Compositions très étudiées, ses photographies, vidéos, dessins, objets surprennent par une simplicité si juste, qui touche profondément nos habitudes, nos comportements. Dans cette réflexion sur ce qu’est une sculpture maintenant, le cadrage répond au socle en étudiant les définitions possibles de celle-ci comme structure, action artistique, processus, volume, vide et plein, moment.
C’est l’action qui donne sens à l’œuvre en liant homme et objet, par le jeu de modes d’emploi et d’instructions souvent absurdes. L’éloge de la paresse rejoint les tentatives infructueuses.
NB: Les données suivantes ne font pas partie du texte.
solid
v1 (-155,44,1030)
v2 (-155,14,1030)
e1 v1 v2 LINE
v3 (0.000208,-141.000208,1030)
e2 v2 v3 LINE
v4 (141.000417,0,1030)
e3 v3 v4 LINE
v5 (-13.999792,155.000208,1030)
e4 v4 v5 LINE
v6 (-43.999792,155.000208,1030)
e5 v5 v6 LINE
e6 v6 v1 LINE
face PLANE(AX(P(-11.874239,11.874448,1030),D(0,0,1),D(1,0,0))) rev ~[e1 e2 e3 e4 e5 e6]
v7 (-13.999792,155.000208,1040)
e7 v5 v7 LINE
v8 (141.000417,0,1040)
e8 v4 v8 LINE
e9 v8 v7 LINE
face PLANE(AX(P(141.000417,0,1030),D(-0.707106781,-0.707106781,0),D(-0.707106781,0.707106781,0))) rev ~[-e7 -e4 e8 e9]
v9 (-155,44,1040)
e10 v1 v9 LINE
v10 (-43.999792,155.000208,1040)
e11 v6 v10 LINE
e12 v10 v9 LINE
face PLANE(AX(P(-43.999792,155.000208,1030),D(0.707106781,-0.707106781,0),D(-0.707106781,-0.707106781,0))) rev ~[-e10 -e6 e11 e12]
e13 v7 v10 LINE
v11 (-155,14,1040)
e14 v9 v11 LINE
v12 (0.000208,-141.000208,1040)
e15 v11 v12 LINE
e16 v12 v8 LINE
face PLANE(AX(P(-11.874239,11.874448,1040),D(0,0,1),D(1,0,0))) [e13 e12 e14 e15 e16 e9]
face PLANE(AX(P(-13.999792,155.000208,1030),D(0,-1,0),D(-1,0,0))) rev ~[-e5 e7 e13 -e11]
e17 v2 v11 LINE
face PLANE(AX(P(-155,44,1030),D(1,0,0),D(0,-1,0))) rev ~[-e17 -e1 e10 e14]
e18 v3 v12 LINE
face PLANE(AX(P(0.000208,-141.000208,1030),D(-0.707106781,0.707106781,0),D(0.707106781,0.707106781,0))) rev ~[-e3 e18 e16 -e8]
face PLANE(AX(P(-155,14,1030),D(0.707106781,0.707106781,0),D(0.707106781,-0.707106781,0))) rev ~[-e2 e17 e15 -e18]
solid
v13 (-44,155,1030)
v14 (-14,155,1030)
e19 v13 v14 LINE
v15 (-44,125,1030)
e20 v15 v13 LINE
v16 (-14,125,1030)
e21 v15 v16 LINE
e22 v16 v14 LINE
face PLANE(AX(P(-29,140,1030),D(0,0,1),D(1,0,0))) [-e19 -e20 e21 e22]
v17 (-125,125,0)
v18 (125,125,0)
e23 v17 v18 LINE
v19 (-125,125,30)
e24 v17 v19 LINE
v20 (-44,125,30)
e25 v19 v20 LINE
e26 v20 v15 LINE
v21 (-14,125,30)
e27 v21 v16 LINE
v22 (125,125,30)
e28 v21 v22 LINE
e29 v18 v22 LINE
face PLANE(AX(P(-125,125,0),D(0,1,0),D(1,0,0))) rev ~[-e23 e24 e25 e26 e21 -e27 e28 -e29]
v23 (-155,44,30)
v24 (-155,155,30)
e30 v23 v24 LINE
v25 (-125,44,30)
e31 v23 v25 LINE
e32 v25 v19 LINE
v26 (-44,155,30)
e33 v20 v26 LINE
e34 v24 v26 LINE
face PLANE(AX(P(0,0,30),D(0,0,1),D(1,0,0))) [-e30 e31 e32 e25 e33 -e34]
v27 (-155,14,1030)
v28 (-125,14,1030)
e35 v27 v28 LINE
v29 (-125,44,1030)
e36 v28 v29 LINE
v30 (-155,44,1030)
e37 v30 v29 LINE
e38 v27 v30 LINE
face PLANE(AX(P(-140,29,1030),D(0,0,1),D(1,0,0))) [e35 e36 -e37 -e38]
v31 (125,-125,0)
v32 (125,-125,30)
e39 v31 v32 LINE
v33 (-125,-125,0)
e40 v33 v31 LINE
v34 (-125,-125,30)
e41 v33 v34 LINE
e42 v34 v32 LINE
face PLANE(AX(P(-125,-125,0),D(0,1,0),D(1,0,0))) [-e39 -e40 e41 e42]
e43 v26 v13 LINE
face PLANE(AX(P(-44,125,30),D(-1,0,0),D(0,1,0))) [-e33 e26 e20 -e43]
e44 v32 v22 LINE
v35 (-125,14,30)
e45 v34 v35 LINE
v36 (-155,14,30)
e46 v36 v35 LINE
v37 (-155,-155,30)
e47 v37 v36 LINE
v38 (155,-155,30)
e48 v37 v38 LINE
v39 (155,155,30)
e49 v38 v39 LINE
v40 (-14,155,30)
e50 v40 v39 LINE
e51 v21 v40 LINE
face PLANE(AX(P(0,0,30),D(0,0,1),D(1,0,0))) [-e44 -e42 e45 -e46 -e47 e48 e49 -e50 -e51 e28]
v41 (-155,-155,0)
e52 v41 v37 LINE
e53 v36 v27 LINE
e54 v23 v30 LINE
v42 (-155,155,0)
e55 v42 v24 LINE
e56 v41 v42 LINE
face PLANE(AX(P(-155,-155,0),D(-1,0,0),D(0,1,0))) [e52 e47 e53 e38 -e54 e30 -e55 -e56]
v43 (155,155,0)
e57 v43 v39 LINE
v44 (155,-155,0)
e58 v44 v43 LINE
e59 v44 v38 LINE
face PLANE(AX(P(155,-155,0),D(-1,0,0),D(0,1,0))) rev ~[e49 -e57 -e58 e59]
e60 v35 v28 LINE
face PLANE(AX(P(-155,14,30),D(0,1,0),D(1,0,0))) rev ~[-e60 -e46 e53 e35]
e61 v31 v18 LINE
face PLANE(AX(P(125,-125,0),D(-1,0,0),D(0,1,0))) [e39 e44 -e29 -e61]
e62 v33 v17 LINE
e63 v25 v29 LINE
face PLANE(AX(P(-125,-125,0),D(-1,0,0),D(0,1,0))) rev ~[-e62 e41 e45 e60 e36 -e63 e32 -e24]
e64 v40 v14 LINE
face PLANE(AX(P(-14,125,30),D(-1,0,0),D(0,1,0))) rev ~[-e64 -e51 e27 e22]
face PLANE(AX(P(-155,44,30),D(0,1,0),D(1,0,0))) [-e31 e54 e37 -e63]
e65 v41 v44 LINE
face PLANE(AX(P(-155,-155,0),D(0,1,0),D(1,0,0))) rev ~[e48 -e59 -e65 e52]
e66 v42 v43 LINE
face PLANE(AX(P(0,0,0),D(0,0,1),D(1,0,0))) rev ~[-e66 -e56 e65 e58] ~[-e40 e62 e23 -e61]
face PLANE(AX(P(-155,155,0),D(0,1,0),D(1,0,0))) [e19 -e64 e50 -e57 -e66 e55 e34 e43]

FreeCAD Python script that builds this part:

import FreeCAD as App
import Part
import Sketcher
from FreeCAD import Vector
Q = App.Units.Quantity

doc = App.newDocument("Part")
body = doc.addObject("PartDesign::Body", "Body")

# Sketch on XY plane
sketch1 = doc.addObject("Sketcher::SketchObject", "Sketch")
body.addObject(sketch1)
sketch1.AttachmentSupport = (doc.XY_Plane, [""])
sketch1.MapMode = "FlatFace"
sketch1.addGeometry(Part.LineSegment(Vector(-155, 155, 0), Vector(-155, -155, 0)), False)
sketch1.addGeometry(Part.LineSegment(Vector(-155, -155, 0), Vector(155, -155, 0)), False)
sketch1.addGeometry(Part.LineSegment(Vector(155, -155, 0), Vector(155, 155, 0)), False)
sketch1.addGeometry(Part.LineSegment(Vector(155, 155, 0), Vector(-155, 155, 0)), False)
sketch1.addGeometry(Part.LineSegment(Vector(125, -125, 0), Vector(-125, -125, 0)), False)
sketch1.addGeometry(Part.LineSegment(Vector(-125, -125, 0), Vector(-125, 125, 0)), False)
sketch1.addGeometry(Part.LineSegment(Vector(-125, 125, 0), Vector(125, 125, 0)), False)
sketch1.addGeometry(Part.LineSegment(Vector(125, 125, 0), Vector(125, -125, 0)), False)
sketch1.addConstraint(Sketcher.Constraint("Coincident", 0, 2, 1, 1))
sketch1.addConstraint(Sketcher.Constraint("Coincident", 1, 2, 2, 1))
sketch1.addConstraint(Sketcher.Constraint("Coincident", 2, 2, 3, 1))
sketch1.addConstraint(Sketcher.Constraint("Coincident", 3, 2, 0, 1))
sketch1.addConstraint(Sketcher.Constraint("Coincident", 4, 2, 5, 1))
sketch1.addConstraint(Sketcher.Constraint("Coincident", 5, 2, 6, 1))
sketch1.addConstraint(Sketcher.Constraint("Coincident", 6, 2, 7, 1))
sketch1.addConstraint(Sketcher.Constraint("Coincident", 7, 2, 4, 1))
sketch1.addConstraint(Sketcher.Constraint("Vertical", 0))
sketch1.addConstraint(Sketcher.Constraint("Horizontal", 1))
sketch1.addConstraint(Sketcher.Constraint("Vertical", 2))
sketch1.addConstraint(Sketcher.Constraint("Horizontal", 3))
sketch1.addConstraint(Sketcher.Constraint("Horizontal", 4))
sketch1.addConstraint(Sketcher.Constraint("Vertical", 5))
sketch1.addConstraint(Sketcher.Constraint("Horizontal", 6))
sketch1.addConstraint(Sketcher.Constraint("Vertical", 7))
sketch1.addConstraint(Sketcher.Constraint("Symmetric", 0, 2, 2, 2, -1, 1))
sketch1.addConstraint(Sketcher.Constraint("Symmetric", 4, 2, 6, 2, -1, 1))
sketch1.addConstraint(Sketcher.Constraint("Equal", 3, 0))
sketch1.addConstraint(Sketcher.Constraint("Equal", 6, 5))
sketch1.addConstraint(Sketcher.Constraint("DistanceX", 1, 1, 1, 2, Q("310 mm")))
sketch1.addConstraint(Sketcher.Constraint("DistanceX", 4, 2, 4, 1, Q("250 mm")))
pad1 = doc.addObject("PartDesign::Pad", "Pad")
body.addObject(pad1)
pad1.Profile = sketch1
pad1.Length = 30

# Sketch on XY plane
sketch2 = doc.addObject("Sketcher::SketchObject", "Sketch001")
body.addObject(sketch2)
sketch2.AttachmentSupport = (doc.XY_Plane, [""])
sketch2.MapMode = "FlatFace"
sketch2.AttachmentOffset = App.Placement(Vector(0, 0, 30), App.Rotation())
sketch2.addGeometry(Part.LineSegment(Vector(-44, 155, 0), Vector(-44, 125, 0)), False)
sketch2.addGeometry(Part.LineSegment(Vector(-44, 125, 0), Vector(-14, 125, 0)), False)
sketch2.addGeometry(Part.LineSegment(Vector(-14, 125, 0), Vector(-14, 155, 0)), False)
sketch2.addGeometry(Part.LineSegment(Vector(-14, 155, 0), Vector(-44, 155, 0)), False)
sketch2.addGeometry(Part.LineSegment(Vector(-155, 44, 0), Vector(-155, 14, 0)), False)
sketch2.addGeometry(Part.LineSegment(Vector(-155, 14, 0), Vector(-125, 14, 0)), False)
sketch2.addGeometry(Part.LineSegment(Vector(-125, 14, 0), Vector(-125, 44, 0)), False)
sketch2.addGeometry(Part.LineSegment(Vector(-125, 44, 0), Vector(-155, 44, 0)), False)
sketch2.addConstraint(Sketcher.Constraint("Coincident", 0, 2, 1, 1))
sketch2.addConstraint(Sketcher.Constraint("Coincident", 1, 2, 2, 1))
sketch2.addConstraint(Sketcher.Constraint("Coincident", 2, 2, 3, 1))
sketch2.addConstraint(Sketcher.Constraint("Coincident", 3, 2, 0, 1))
sketch2.addConstraint(Sketcher.Constraint("Coincident", 4, 2, 5, 1))
sketch2.addConstraint(Sketcher.Constraint("Coincident", 5, 2, 6, 1))
sketch2.addConstraint(Sketcher.Constraint("Coincident", 6, 2, 7, 1))
sketch2.addConstraint(Sketcher.Constraint("Coincident", 7, 2, 4, 1))
sketch2.addConstraint(Sketcher.Constraint("Vertical", 0))
sketch2.addConstraint(Sketcher.Constraint("Horizontal", 1))
sketch2.addConstraint(Sketcher.Constraint("Vertical", 2))
sketch2.addConstraint(Sketcher.Constraint("Horizontal", 3))
sketch2.addConstraint(Sketcher.Constraint("Vertical", 4))
sketch2.addConstraint(Sketcher.Constraint("Horizontal", 5))
sketch2.addConstraint(Sketcher.Constraint("Vertical", 6))
sketch2.addConstraint(Sketcher.Constraint("Horizontal", 7))
sketch2.addConstraint(Sketcher.Constraint("Equal", 3, 5))
sketch2.addConstraint(Sketcher.Constraint("Equal", 7, 0))
sketch2.addConstraint(Sketcher.Constraint("Equal", 2, 4))
sketch2.addConstraint(Sketcher.Constraint("DistanceX", 1, 1, 1, 2, Q("30 mm")))
sketch2.addConstraint(Sketcher.Constraint("DistanceX", 0, 2, -1, 1, Q("44 mm")))
sketch2.addConstraint(Sketcher.Constraint("DistanceY", -1, 1, 0, 2, Q("125 mm")))
sketch2.addConstraint(Sketcher.Constraint("DistanceX", 4, 2, -1, 1, Q("155 mm")))
sketch2.addConstraint(Sketcher.Constraint("DistanceY", -1, 1, 4, 2, Q("14 mm")))
pad2 = doc.addObject("PartDesign::Pad", "Pad001")
body.addObject(pad2)
pad2.Profile = sketch2
pad2.Length = 1000
body2 = doc.addObject("PartDesign::Body", "Body001")

# Sketch on XY plane
sketch3 = doc.addObject("Sketcher::SketchObject", "Sketch002")
body2.addObject(sketch3)
sketch3.AttachmentSupport = (doc.getObject("XY_Plane001"), [""])
sketch3.MapMode = "FlatFace"
sketch3.AttachmentOffset = App.Placement(Vector(0, 0, 1030), App.Rotation())
sketch3.addGeometry(Part.LineSegment(Vector(-44, 155, 0), Vector(-155, 44, 0)), False)
sketch3.addGeometry(Part.LineSegment(Vector(-155, 44, 0), Vector(-155, 14, 0)), False)
sketch3.addGeometry(Part.LineSegment(Vector(-155, 14, 0), Vector(0, -141, 0)), False)
sketch3.addGeometry(Part.LineSegment(Vector(0, -141, 0), Vector(141, 0, 0)), False)
sketch3.addGeometry(Part.LineSegment(Vector(141, 0, 0), Vector(-14, 155, 0)), False)
sketch3.addGeometry(Part.LineSegment(Vector(-14, 155, 0), Vector(-44, 155, 0)), False)
sketch3.addConstraint(Sketcher.Constraint("Coincident", 0, 2, 1, 1))
sketch3.addConstraint(Sketcher.Constraint("Coincident", 1, 2, 2, 1))
sketch3.addConstraint(Sketcher.Constraint("Coincident", 2, 2, 3, 1))
sketch3.addConstraint(Sketcher.Constraint("Coincident", 3, 2, 4, 1))
sketch3.addConstraint(Sketcher.Constraint("Coincident", 4, 2, 5, 1))
sketch3.addConstraint(Sketcher.Constraint("Coincident", 5, 2, 0, 1))
sketch3.addConstraint(Sketcher.Constraint("Vertical", 1))
sketch3.addConstraint(Sketcher.Constraint("Horizontal", 5))
sketch3.addConstraint(Sketcher.Constraint("PointOnObject", 3, 2, -1))
sketch3.addConstraint(Sketcher.Constraint("Perpendicular", 0, 2))
sketch3.addConstraint(Sketcher.Constraint("Perpendicular", 2, 3))
sketch3.addConstraint(Sketcher.Constraint("Perpendicular", 3, 4))
sketch3.addConstraint(Sketcher.Constraint("Equal", 5, 1))
sketch3.addConstraint(Sketcher.Constraint("Equal", 2, 4))
sketch3.addConstraint(Sketcher.Constraint("DistanceX", 5, 2, 5, 1, Q("30 mm")))
sketch3.addConstraint(Sketcher.Constraint("DistanceX", 0, 2, -1, 1, Q("155 mm")))
sketch3.addConstraint(Sketcher.Constraint("DistanceY", -1, 1, 0, 2, Q("44 mm")))
sketch3.addConstraint(Sketcher.Constraint("Distance", 0, Q("156.978 mm")))
pad3 = doc.addObject("PartDesign::Pad", "Pad002")
body2.addObject(pad3)
pad3.Profile = sketch3
pad3.Length = 10

doc.recompute()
Proche des mises en scène de Anna & Bernhard Blume, Erwin Wurm garde une sobriété particulière, duchampienne, dans les actions réalisées, l’importance accordée à l’instant densifie ce qu’il convoque: le corps, la chose et le temps, dans le lieu, dedans et dehors.

Propositions de vie, légèreté grave face au monde, c’est ainsi que Wurm nous engage à participer à ce qui l’implique dans l’art d’aujourd’hui: une attention véritable au collectif et à l’individuel, une détermination discrète, persistante, dans la recherche des conditions de notre fragilité. La sculpture est alors une manière de vivre, une acceptation sage de notre précarité, un désir de dire autrement nos fictions quotidiennes, avec une dérision héritée de Dada.
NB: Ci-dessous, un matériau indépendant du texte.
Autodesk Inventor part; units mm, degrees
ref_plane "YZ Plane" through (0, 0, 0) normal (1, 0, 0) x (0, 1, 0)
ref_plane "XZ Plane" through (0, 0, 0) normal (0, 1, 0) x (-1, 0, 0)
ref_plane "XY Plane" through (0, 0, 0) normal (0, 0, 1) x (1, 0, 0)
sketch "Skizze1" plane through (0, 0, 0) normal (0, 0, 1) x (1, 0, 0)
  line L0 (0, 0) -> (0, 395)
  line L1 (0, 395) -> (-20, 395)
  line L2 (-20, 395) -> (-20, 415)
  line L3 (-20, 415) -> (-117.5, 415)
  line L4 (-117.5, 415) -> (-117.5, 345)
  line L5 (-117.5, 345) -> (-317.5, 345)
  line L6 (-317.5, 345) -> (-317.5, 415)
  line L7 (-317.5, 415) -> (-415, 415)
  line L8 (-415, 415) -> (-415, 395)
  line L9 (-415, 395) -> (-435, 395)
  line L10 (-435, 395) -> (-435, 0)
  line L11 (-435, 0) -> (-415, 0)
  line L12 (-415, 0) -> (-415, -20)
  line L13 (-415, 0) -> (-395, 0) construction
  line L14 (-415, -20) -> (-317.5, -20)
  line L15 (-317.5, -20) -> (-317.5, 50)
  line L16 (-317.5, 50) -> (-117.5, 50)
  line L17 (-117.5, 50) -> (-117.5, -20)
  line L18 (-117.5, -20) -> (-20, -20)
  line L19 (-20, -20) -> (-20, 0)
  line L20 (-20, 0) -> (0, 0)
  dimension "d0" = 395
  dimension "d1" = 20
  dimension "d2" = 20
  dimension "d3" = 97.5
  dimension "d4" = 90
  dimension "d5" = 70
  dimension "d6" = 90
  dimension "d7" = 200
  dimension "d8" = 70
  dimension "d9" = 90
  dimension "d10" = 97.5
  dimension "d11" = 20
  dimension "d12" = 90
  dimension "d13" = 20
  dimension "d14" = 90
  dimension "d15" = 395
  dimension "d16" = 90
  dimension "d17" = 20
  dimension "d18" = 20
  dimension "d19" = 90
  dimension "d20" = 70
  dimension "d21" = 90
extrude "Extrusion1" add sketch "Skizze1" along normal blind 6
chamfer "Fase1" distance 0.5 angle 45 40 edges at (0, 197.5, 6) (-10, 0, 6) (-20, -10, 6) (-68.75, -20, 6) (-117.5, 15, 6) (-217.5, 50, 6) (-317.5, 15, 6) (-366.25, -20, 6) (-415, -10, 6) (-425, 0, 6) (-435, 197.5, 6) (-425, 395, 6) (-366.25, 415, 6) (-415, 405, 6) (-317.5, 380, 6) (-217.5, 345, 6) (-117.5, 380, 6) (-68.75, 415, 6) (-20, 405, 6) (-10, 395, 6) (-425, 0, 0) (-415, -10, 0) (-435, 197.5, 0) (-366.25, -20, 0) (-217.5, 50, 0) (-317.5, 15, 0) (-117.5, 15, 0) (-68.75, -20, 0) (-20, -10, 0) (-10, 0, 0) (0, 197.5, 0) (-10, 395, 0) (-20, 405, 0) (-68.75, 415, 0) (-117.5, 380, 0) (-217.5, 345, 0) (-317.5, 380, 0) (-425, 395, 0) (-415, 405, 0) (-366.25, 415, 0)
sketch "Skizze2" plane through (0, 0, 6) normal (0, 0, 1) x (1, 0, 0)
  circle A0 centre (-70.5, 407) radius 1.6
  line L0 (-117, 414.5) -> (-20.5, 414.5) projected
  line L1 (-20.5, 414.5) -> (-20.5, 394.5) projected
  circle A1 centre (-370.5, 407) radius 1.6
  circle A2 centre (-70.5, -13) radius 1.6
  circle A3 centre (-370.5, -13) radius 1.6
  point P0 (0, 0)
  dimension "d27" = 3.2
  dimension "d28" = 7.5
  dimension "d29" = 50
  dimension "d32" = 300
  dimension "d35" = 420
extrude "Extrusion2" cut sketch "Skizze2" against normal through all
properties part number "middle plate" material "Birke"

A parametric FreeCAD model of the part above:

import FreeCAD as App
import Part
import Sketcher
from FreeCAD import Vector
Q = App.Units.Quantity


def edges_at(feature, points):
    """Names of the edges that pass closest to the given points."""
    edges = feature.Shape.Edges
    near = lambda p: min(range(len(edges)), key=lambda i: edges[i].distToShape(Part.Vertex(*p))[0])
    return sorted({f"Edge{near(p) + 1}" for p in points})


def add_polygon(sketch, points):
    """Adds a closed chain of lines whose ends are joined by coincident constraints."""
    first, n = sketch.GeometryCount, len(points)
    for a, b in zip(points, points[1:] + points[:1]):
        sketch.addGeometry(Part.LineSegment(App.Vector(*a, 0), App.Vector(*b, 0)), False)
    for i in range(n):
        sketch.addConstraint(Sketcher.Constraint("Coincident", first + i, 2, first + (i + 1) % n, 1))

doc = App.newDocument("Part")
body = doc.addObject("PartDesign::Body", "Body")

# Sketch on XY plane
sketch1 = body.newObject("Sketcher::SketchObject", "Sketch")
sketch1.AttachmentSupport = (doc.getObject("XY_Plane"), [""])
sketch1.MapMode = "FlatFace"
add_polygon(sketch1, [(-20, 0), (0, 0), (0, 395), (-20, 395), (-20, 415), (-118, 415), (-118, 345), (-318, 345), (-318, 415), (-415, 415), (-415, 395), (-435, 395), (-435, 0), (-415, 0), (-415, -20), (-318, -20), (-318, 50), (-118, 50), (-118, -20), (-20, -20)])  # lines 0-19
sketch1.addConstraint([
    Sketcher.Constraint("Horizontal", 0),
    Sketcher.Constraint("Vertical", 1),
    Sketcher.Constraint("Horizontal", 2),
    Sketcher.Constraint("Vertical", 3),
    Sketcher.Constraint("Horizontal", 4),
    Sketcher.Constraint("Vertical", 5),
    Sketcher.Constraint("Horizontal", 6),
    Sketcher.Constraint("Vertical", 7),
    Sketcher.Constraint("Horizontal", 8),
    Sketcher.Constraint("Vertical", 9),
    Sketcher.Constraint("Horizontal", 10),
    Sketcher.Constraint("Vertical", 11),
    Sketcher.Constraint("Horizontal", 12),
    Sketcher.Constraint("Vertical", 13),
    Sketcher.Constraint("Horizontal", 14),
    Sketcher.Constraint("Vertical", 15),
    Sketcher.Constraint("Horizontal", 16),
    Sketcher.Constraint("Vertical", 17),
    Sketcher.Constraint("Horizontal", 18),
    Sketcher.Constraint("Vertical", 19),
    Sketcher.Constraint("Coincident", 0, 2, -1, 1),
    Sketcher.Constraint("PointOnObject", 11, 2, -1),
    Sketcher.Constraint("Horizontal", 4, 2, 7, 2),
    Sketcher.Constraint("Horizontal", 2, 2, 9, 2),
    Sketcher.Constraint("Horizontal", 14, 2, 17, 2),
    Sketcher.Constraint("Vertical", 9, 2, 12, 2),
    Sketcher.Constraint("Vertical", 7, 2, 14, 2),
    Sketcher.Constraint("Vertical", 5, 2, 16, 2),
    Sketcher.Constraint("Vertical", 3, 2, 18, 2),
    Sketcher.Constraint("Equal", 4, 8),
    Sketcher.Constraint("Equal", 2, 10),
    Sketcher.Constraint("Equal", 12, 3),
    Sketcher.Constraint("Equal", 9, 13),
    Sketcher.Constraint("Equal", 7, 15),
    Sketcher.Constraint("DistanceX", 0, 1, 0, 2, Q("20 mm")),
    Sketcher.Constraint("DistanceX", 6, 2, 6, 1, Q("200 mm")),
    Sketcher.Constraint("DistanceY", 1, 1, 1, 2, Q("395 mm")),
    Sketcher.Constraint("DistanceY", 5, 2, 5, 1, Q("70 mm")),
    Sketcher.Constraint("DistanceX", 4, 2, 4, 1, Q("97.5 mm")),
])
pad1 = body.newObject("PartDesign::Pad", "Pad")
pad1.Profile = sketch1
pad1.Length = 6
doc.recompute()

chamfer = body.newObject("PartDesign::Chamfer", "Chamfer")
chamfer.Base = (pad1, edges_at(pad1, [
    (0, 197.5, 6),
    (-10, 0, 6),
    (-20, -10, 6),
    (-68.75, -20, 6),
    (-117.5, 15, 6),
    (-217.5, 50, 6),
    (-317.5, 15, 6),
    (-366.25, -20, 6),
    (-415, -10, 6),
    (-425, 0, 6),
    (-435, 197.5, 6),
    (-425, 395, 6),
    (-366.25, 415, 6),
    (-415, 405, 6),
    (-317.5, 380, 6),
    (-217.5, 345, 6),
    (-117.5, 380, 6),
    (-68.75, 415, 6),
    (-20, 405, 6),
    (-10, 395, 6),
    (-425, 0, 0),
    (-415, -10, 0),
    (-435, 197.5, 0),
    (-366.25, -20, 0),
    (-217.5, 50, 0),
    (-317.5, 15, 0),
    (-117.5, 15, 0),
    (-68.75, -20, 0),
    (-20, -10, 0),
    (-10, 0, 0),
    (0, 197.5, 0),
    (-10, 395, 0),
    (-20, 405, 0),
    (-68.75, 415, 0),
    (-117.5, 380, 0),
    (-217.5, 345, 0),
    (-317.5, 380, 0),
    (-425, 395, 0),
    (-415, 405, 0),
    (-366.25, 415, 0),
]))
chamfer.Size = 0.5

# Sketch on XY plane
sketch2 = body.newObject("Sketcher::SketchObject", "Sketch001")
sketch2.AttachmentSupport = (doc.getObject("XY_Plane"), [""])
sketch2.MapMode = "FlatFace"
sketch2.AttachmentOffset = App.Placement(Vector(0, 0, 6), App.Rotation())
sketch2.addGeometry([
    Part.Circle(Vector(-70.5, 407, 0), Vector(0, 0, 1), 1.6),
    Part.Circle(Vector(-370.5, 407, 0), Vector(0, 0, 1), 1.6),
    Part.Circle(Vector(-70.5, -13, 0), Vector(0, 0, 1), 1.6),
    Part.Circle(Vector(-370.5, -13, 0), Vector(0, 0, 1), 1.6),
], False)
sketch2.addConstraint([
    Sketcher.Constraint("Equal", 0, 1),
    Sketcher.Constraint("Equal", 1, 2),
    Sketcher.Constraint("Equal", 2, 3),
    Sketcher.Constraint("Horizontal", 0, 3, 1, 3),
    Sketcher.Constraint("Horizontal", 2, 3, 3, 3),
    Sketcher.Constraint("Vertical", 0, 3, 2, 3),
    Sketcher.Constraint("Vertical", 1, 3, 3, 3),
    Sketcher.Constraint("Diameter", 0, Q("3.2 mm")),
    Sketcher.Constraint("DistanceX", 1, 3, 0, 3, Q("300 mm")),
    Sketcher.Constraint("DistanceY", 2, 3, 0, 3, Q("420 mm")),
    Sketcher.Constraint("DistanceY", -1, 1, 0, 3, Q("407 mm")),
    Sketcher.Constraint("DistanceX", 0, 3, -1, 1, Q("70.5 mm")),
])
pocket1 = body.newObject("PartDesign::Pocket", "Pocket")
pocket1.Profile = sketch2
pocket1.Type = "ThroughAll"

doc.recompute()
Le travail de Wurm est une suite de questions, de faux ordres que nous pouvons interpréter librement. La force de son visage, de son corps, de ceux d’autres participants témoignent d’une nécessité: maintenir notre libre arbitre en toute chose. Loin de l’absence qui résidait dans les premières œuvres de poussière ou dans les sculptures de vêtements vides, les œuvres récentes poursuivent ce que ses célèbres séries, One Minute Sculptures, ont pu créer: le doute persévérant niché dans l’action la plus insolite, comme une insatiable curiosité vis-à-vis du monde.

Erwin Wurm
— Indoor Sculpture (Le Mans), 2002. Photo couleur. 50 x 75 cm.
— Quetsch & Wumm, 2001. Vidéo VHS, couleur et Photo couleur. 200 x 150 cm.
— Flight-Simulator, 1998. DVD couleur, muet. 10 minutes.
— Instructions for Idleness, 2001. Série de 22 Photos couleur. 65 x 43 cm et 43 x 65 cm.
— Stand by the Pedestal, 2002. Sculpture. Feutre sur bois, plastique. 82 x 150 x 40 cm.
— Mètre-étalon, 2002. Sculpture. Feutre sur pelle en plastique.
— Take this Position, 2002. Sculpture. Feutre sur Djinn chaise-longue d’Olivier Mourgue.
— Sans titre, 1998. Photo couleur. 96 x 130 cm.
— Taipei Outdoor Sculpture, 2000. Photo couleur. 80 x 120 cm.
— Hotel Rooms (Picton, NZ), 2001. Photo couleur. 160 x 127 cm.